Make a tally of the lines in the records that include the string "with", and give only that number.

**EXTRACTED MATERIAL**
════

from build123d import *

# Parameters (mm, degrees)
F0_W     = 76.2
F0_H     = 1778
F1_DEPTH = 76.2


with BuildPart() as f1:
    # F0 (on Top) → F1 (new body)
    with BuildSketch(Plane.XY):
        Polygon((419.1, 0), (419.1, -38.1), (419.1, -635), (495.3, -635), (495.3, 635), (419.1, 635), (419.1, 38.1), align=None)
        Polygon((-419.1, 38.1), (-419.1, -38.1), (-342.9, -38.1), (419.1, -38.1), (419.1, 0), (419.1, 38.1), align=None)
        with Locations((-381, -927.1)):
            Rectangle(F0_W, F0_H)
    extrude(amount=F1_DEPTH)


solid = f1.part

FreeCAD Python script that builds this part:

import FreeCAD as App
import Part
import Sketcher
Q = App.Units.Quantity


def add_polygon(sketch, points):
    """Adds a closed chain of lines whose ends are joined by coincident constraints."""
    first, n = sketch.GeometryCount, len(points)
    for a, b in zip(points, points[1:] + points[:1]):
        sketch.addGeometry(Part.LineSegment(App.Vector(*a, 0), App.Vector(*b, 0)), False)
    for i in range(n):
        sketch.addConstraint(Sketcher.Constraint("Coincident", first + i, 2, first + (i + 1) % n, 1))

doc = App.newDocument("Part")
body = doc.addObject("PartDesign::Body", "Body")

# Sketch on XY plane
sketch1 = body.newObject("Sketcher::SketchObject", "Sketch")
sketch1.AttachmentSupport = (doc.getObject("XY_Plane"), [""])
sketch1.MapMode = "FlatFace"
add_polygon(sketch1, [(419, -635), (495, -635), (495, 635), (419, 635), (419, 38), (-419, 38), (-419, -1816), (-343, -1816), (-343, -38), (419, -38)])  # lines 0-9
sketch1.addConstraint([
    Sketcher.Constraint("Horizontal", 0),
    Sketcher.Constraint("Vertical", 1),
    Sketcher.Constraint("Horizontal", 2),
    Sketcher.Constraint("Vertical", 3),
    Sketcher.Constraint("Horizontal", 4),
    Sketcher.Constraint("Vertical", 5),
    Sketcher.Constraint("Horizontal", 6),
    Sketcher.Constraint("Vertical", 7),
    Sketcher.Constraint("Horizontal", 8),
    Sketcher.Constraint("Vertical", 9),
    Sketcher.Constraint("Symmetric", 4, 2, 8, 2, -1, 1),
    Sketcher.Constraint("Symmetric", 2, 2, 9, 2, -1),
    Sketcher.Constraint("Equal", 2, 6),
    Sketcher.Constraint("DistanceX", 0, 1, 0, 2, Q("3 in")),
    Sketcher.Constraint("DistanceX", 4, 2, 4, 1, Q("33 in")),
    Sketcher.Constraint("DistanceY", 1, 1, 1, 2, Q("50 in")),
    Sketcher.Constraint("DistanceY", 5, 2, 5, 1, Q("73 in")),
    Sketcher.Constraint("DistanceY", 7, 1, 7, 2, Q("70 in")),
])
pad1 = body.newObject("PartDesign::Pad", "Pad")
pad1.Profile = sketch1
pad1.Length = Q("3 in")

doc.recompute()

════

**PROBLEM SOLUTION**
3